Originally Posted by TheDuke
I would like to have someone "smarter" than me, explain the reason for concrete roads in the first place? In the end they all get paved over anyway, then all the broken joints come up through the asphalt.
I don't claim to be smarter than anybody, but I used to be an engineer and actually designed roads and parking areas as one small part of my job.
Concrete can be reinforced with steel reinforcing bars and is a "rigid" paving surface.
Asphalt pavement cannot be reinforced with steel reinforcing bars, and is a "flexible" paving surface.
Macadam is similar to asphalt, but uses coal tar as a binder instead of petroleum-based asphalt, so it's less damaged by leaking petroleum products that act as a solvent for asphalt.
Anyway, when you build a road out of asphalt or macadam, you've got to have good soil conditions. The load-bearing course is actually the graded crushed stone aggregate underlayer (i.e. gravel to the layman), not
the asphalt. The asphalt is just a binder course to keep the aggregate from going anywhere. The load of a vehicle is only spread out over the vehicle's "footprint," literally where the rubber meets the road.
When you build a road out of concrete, you can do it in poorer soil conditions because the concrete itself is load-bearing and spreads the load out over the entire slab, not just over the "footprint" of the vehicle. The aggregate underlayer is less to provide load-bearing and more to provide drainage.
All road surfaces wear over time, due to traffic and weather. In areas where you have cold winters and a definable frost line, the road surface will heave with the onset of winter as subsurface water freezes and expands. In the deep south, especially in coastal areas, you have a different problem, in that the road surface will subside as water is squeezed out from under the road and the soil consolidates and compacts.
Concrete road surfaces chip at the edges, and when water penetrates into the reinforcing steel, it rusts and expands (iron oxide is a larger molecule than iron), causing a condition known as "spalling" where the expanding rebar can literally pop the concrete off from over it. There are only two fixes, complete replacement of the concrete and the less expensive overlaying the concrete with asphalt.
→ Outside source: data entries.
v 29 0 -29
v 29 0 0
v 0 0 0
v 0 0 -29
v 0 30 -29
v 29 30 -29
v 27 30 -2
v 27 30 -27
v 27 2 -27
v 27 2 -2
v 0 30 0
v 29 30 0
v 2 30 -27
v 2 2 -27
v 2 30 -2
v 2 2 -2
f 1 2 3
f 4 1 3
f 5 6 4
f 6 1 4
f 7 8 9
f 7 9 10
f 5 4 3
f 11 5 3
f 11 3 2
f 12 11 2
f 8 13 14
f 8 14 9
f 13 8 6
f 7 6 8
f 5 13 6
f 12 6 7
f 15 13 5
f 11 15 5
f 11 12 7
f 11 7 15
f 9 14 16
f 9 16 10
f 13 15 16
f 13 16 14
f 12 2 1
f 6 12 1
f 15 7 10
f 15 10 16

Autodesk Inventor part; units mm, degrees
ref_plane "YZ Plane" through (0, 0, 0) normal (1, 0, 0) x (0, 1, 0)
ref_plane "XZ Plane" through (0, 0, 0) normal (0, 1, 0) x (-1, 0, 0)
ref_plane "XY Plane" through (0, 0, 0) normal (0, 0, 1) x (1, 0, 0)
sketch "Sketch7" plane through (0, 0, 0) normal (0, 1, 0) x (-1, 0, 0)
  point P0 (0, 0)
sketch "Sketch8" plane through (0, 0, 0) normal (0, 1, 0) x (-1, 0, 0)
  line L0 (0, 0) -> (-29, 0)
  line L1 (-29, 0) -> (-29, -29)
  line L2 (-29, -29) -> (0, -29)
  line L3 (0, -29) -> (0, 0)
  line L4 (-2, -27) -> (-27, -27)
  line L5 (-27, -27) -> (-27, -2)
  line L6 (-27, -2) -> (-2, -2)
  line L7 (-2, -2) -> (-2, -27)
  dimension "d25" = 29
  dimension "d26" = 29
  dimension "d38" = 2
extrude "Extrusion5" add sketch "Sketch8" along normal blind 30 contours L3 L2 L1 L0 | L4 L5 L6 L7
sketch "Sketch11" plane through (0, 30, 0) normal (0, 1, 0) x (1, 0, 0)
  line L0 (0, 0) -> (29, 0) projected
  line L1 (29, 0) -> (29, 29) projected
  line L2 (29, 29) -> (0, 29) projected
  line L3 (0, 29) -> (0, 0) projected
  line L4 (2, 27) -> (27, 27)
  line L5 (27, 27) -> (27, 2)
  line L6 (27, 2) -> (2, 2)
  line L7 (2, 2) -> (2, 27)
  dimension "d39" = 2
extrude "Extrusion8" cut sketch "Sketch11" against normal blind 28 contours L4 L5 L6 L7
equation "\"BendRadius\" = Thickness"
equation "\"BendReliefWidth\" = Thickness"
equation "\"BendReliefDepth\" = 0.5 * Thickness"
equation "\"CornerReliefSize\" = 4 * Thickness"
equation "\"MinimumRemnant\" = 2 * Thickness"
equation "\"TransitionRadius\" = BendRadius"
equation "\"JacobiRadiusSize\" = Thickness"
equation "\"GapSize\" = Thickness"
equation "\"Thickness\" = 0.5"
properties part number "waterBallonHolderv2"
Asphalt road surfaces can split in curves because asphalt cannot resist sideways forces, only vertical ones, and a vehicle's centrifugal force imparts a sideways force toward the road's edge. Asphalt pavement develops waves at the approaches to intersections for the same reason, because when a vehicle brakes to a stop or accelerates from a stop, it applies sideways forces in the direction of the road.
Fixing asphalt properly requires complete removal of the asphalt and regrading of the aggregate underlayer. However, just as in overlaying concrete with asphalt, highway departments have the twin constraints of budget and public dissatisfaction with long repair times, so they take the quick-fix option of removing most
of the asphalt and putting down a new asphalt layer, without doing anything to the load-bearing gravel course under it.
In both cases, concrete and asphalt, the fix is temporary and less effective than a whole new road surface. A new road surface should last about 10 years before it needs to be repaired, but a repaired road surface can only be expected to last 5 years before it needs to be repaired again.
Everything else I know about pavement design is the actual number-crunching, that I learned in college and continuing education refreshers over the span of a few decades; I don't think you want to read about crunching numbers, so I'll leave it at that.